Папа-начальник, услышав, как сынуля просит второй кряду отгул, понял это по-своему.

— Сильно перебрал вчера?

— Если бы… — вздохнул Антонин, но в подробности решил не вдаваться. Хорошо ещё, что отпрашивался по телефону, а то как объяснить изменение внешности: исхудалое и почерневшее лицо.

— Значит, так… — добрый папик превратился в злого директора. — Четверг и пятницу лечишь организм, а в понедельник, чтобы как штык на работу!

— Понял! — и обрадованный Антонин побежал навстречу новым неприятностям.
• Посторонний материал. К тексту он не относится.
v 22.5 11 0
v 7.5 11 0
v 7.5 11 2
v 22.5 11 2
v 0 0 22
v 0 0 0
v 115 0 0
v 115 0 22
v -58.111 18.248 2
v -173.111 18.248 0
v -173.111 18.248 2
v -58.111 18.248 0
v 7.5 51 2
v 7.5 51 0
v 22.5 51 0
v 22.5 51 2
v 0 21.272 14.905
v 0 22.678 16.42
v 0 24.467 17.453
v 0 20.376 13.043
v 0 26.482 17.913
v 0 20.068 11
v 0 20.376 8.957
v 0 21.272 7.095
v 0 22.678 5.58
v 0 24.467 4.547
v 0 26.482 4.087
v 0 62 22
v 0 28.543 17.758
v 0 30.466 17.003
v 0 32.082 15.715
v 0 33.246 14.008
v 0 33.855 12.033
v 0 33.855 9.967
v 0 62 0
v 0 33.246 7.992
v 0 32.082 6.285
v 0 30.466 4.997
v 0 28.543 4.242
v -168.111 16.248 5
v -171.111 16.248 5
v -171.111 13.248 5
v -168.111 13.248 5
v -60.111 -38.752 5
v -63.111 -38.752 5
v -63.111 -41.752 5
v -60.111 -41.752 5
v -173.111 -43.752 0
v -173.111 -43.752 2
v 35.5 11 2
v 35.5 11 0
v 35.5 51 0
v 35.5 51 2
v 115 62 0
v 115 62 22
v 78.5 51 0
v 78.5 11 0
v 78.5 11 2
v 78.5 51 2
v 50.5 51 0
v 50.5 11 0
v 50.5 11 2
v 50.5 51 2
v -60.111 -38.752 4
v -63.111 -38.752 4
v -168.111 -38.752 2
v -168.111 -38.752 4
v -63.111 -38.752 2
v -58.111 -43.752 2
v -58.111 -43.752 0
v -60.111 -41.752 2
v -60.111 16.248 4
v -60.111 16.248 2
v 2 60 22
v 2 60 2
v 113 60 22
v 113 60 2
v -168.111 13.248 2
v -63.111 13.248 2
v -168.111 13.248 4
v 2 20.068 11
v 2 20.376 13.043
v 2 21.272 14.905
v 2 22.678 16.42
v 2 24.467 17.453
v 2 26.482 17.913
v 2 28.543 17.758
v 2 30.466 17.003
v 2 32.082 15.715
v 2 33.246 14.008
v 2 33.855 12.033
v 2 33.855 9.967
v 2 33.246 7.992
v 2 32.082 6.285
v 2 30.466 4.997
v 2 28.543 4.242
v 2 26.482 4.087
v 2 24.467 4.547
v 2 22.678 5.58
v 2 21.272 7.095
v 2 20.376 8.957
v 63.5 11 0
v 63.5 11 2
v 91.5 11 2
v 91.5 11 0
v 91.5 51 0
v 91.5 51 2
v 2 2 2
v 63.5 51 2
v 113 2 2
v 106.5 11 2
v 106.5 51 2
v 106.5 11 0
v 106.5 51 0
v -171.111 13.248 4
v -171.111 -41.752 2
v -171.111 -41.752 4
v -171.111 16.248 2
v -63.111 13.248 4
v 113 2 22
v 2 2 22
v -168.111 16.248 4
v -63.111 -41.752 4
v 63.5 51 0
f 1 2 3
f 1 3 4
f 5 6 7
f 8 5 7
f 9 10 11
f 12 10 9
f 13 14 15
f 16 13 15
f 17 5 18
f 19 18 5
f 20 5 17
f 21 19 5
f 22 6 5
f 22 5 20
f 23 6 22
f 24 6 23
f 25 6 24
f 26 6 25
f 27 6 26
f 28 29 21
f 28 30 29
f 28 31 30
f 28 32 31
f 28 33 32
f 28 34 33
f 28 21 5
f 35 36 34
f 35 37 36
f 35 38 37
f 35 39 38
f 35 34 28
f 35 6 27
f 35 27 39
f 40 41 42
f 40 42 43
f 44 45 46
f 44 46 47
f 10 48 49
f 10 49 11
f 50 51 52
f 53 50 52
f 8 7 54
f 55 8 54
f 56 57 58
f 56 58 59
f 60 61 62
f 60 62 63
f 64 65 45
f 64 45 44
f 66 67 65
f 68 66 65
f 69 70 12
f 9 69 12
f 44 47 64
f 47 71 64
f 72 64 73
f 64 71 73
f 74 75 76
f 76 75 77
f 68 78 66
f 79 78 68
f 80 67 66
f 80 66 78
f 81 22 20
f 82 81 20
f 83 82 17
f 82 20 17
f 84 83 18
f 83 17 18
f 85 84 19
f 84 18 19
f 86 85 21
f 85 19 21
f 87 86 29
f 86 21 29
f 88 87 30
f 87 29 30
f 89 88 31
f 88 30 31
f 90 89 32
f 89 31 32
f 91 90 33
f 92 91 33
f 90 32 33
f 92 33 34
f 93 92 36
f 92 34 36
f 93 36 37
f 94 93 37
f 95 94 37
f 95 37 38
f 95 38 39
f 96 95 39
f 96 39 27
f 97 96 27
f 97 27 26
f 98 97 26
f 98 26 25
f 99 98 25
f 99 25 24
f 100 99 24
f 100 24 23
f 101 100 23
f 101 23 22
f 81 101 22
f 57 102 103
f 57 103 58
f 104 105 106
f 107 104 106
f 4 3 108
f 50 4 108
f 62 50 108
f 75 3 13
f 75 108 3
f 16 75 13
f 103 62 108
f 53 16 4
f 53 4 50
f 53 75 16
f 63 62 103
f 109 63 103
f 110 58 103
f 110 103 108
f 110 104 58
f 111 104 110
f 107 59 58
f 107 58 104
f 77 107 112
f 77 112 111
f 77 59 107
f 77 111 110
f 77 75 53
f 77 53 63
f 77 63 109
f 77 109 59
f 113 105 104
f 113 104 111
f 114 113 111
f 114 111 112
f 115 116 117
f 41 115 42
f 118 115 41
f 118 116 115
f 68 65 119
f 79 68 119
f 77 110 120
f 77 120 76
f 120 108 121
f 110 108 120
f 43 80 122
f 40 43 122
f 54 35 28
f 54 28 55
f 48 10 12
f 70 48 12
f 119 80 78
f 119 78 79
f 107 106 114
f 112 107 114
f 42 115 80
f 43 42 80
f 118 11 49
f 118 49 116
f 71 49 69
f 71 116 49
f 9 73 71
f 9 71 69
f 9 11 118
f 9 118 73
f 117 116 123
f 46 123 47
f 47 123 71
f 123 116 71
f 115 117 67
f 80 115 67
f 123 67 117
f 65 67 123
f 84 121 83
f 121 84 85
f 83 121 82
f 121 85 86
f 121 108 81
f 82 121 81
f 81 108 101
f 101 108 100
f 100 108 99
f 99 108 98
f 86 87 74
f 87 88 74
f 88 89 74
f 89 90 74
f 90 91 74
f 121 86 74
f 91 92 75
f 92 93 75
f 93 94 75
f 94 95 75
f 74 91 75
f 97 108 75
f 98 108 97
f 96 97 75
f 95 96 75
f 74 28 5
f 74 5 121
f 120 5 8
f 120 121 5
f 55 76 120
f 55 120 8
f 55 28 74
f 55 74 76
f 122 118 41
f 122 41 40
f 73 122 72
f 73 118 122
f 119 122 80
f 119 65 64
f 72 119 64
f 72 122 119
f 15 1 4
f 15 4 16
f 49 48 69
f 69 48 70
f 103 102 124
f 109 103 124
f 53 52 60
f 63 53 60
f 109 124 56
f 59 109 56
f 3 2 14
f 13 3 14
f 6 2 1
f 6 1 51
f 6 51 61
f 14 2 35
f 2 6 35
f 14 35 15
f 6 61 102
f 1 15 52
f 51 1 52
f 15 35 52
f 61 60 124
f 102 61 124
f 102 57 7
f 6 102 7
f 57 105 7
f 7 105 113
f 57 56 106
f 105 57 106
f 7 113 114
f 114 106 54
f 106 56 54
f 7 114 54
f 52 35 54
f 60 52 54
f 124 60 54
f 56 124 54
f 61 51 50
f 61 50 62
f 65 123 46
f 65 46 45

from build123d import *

# Parameters (mm, degrees)
F0_W      = 111
F0_H      = 58
F0_W_2    = 15
F0_H_2    = 40
F1_DEPTH  = 2
F0_W_3    = 115
F0_H_3    = 62
F2_DEPTH  = 22
F3_R      = 6.932096
F4_DEPTH  = 25
F5_W      = 115
F5_H      = 62
F5_W_2    = 111
F5_H_2    = 58
F6_DEPTH  = 2
F7_DEPTH  = 4
F8_W      = 105
F8_H      = 52
F9_DEPTH  = 2
F8_W_2    = 3
F8_H_2    = 3
F10_DEPTH = 1


with BuildPart() as f1:
    # F0 (on Top) → F1 (new body)
    with BuildSketch(Plane.XY):
        with Locations((57.5, 31)):
            Rectangle(F0_W, F0_H)
        with Locations((15, 31)):
            Rectangle(F0_W_2, F0_H_2, mode=Mode.SUBTRACT)
        with Locations((43, 31)):
            Rectangle(F0_W_2, F0_H_2, mode=Mode.SUBTRACT)
        with Locations((71, 31)):
            Rectangle(F0_W_2, F0_H_2, mode=Mode.SUBTRACT)
        with Locations((99, 31)):
            Rectangle(F0_W_2, F0_H_2, mode=Mode.SUBTRACT)
    extrude(amount=F1_DEPTH)

    # F0 (on Top) → F2 (join)
    with BuildSketch(Plane.XY):
        with Locations((57.5, 31)):
            Rectangle(F0_W_3, F0_H_3)
        with Locations((57.5, 31)):
            Rectangle(F0_W, F0_H, mode=Mode.SUBTRACT)
    extrude(amount=F2_DEPTH)

    # F3 (on face) → F4 (cut)
    with BuildSketch(Plane(origin=(0, 0, 0), x_dir=(0, -1, 0), z_dir=(-1, 0, 0))):
        with Locations((-27, 11)):
            Circle(F3_R)
    extrude(amount=-F4_DEPTH, mode=Mode.SUBTRACT)


with BuildPart() as f6:
    # F5 (on Top) → F6 (new body)
    with BuildSketch(Plane.XY):
        with Locations((-115.610846, -12.752371)):
            Rectangle(F5_W, F5_H)
        with Locations((-115.610846, -12.752371)):
            Rectangle(F5_W_2, F5_H_2, mode=Mode.SUBTRACT)
    extrude(amount=F6_DEPTH)

    # F5 (on Top) → F7 (join)
    with BuildSketch(Plane.XY):
        with Locations((-115.610846, -12.752371)):
            Rectangle(F5_W_2, F5_H_2)
    extrude(amount=F7_DEPTH)

    # F8 (on face) → F9 (cut)
    with BuildSketch(Plane.XY.offset(4)):
        with Locations((-115.610846, -12.752371)):
            Rectangle(F8_W, F8_H)
    extrude(amount=-F9_DEPTH, mode=Mode.SUBTRACT)

    # F8 (on face) → F10 (join)
    with BuildSketch(Plane.XY.offset(4)):
        with Locations((-61.610846, -40.252371)):
            Rectangle(F8_W_2, F8_H_2)
        with Locations((-169.610846, 14.747629)):
            Rectangle(F8_W_2, F8_H_2)
    extrude(amount=F10_DEPTH)


solid = Compound([f1.part, f6.part])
Дома его встретила тонкая, но такая знакомая помойная вонь. Безнадёжно испорченный костюм валялся на полу. Ни выбросить его, ни сдать в стирку было невозможно; немедленно пойдут толки и разговоры. А на столе, на самом видном месте лежала потемнелая мельхиоровая ложка и горстка десятикопеечных монет. Такого изящного издевательства Антонин вообразить не мог. Гривеннички, полученные за банки, которые он так старательно собирал, здесь годятся только, чтобы кидать в фонтан. Или, на крайний случай, в озеро, где категорически запрещается сорить.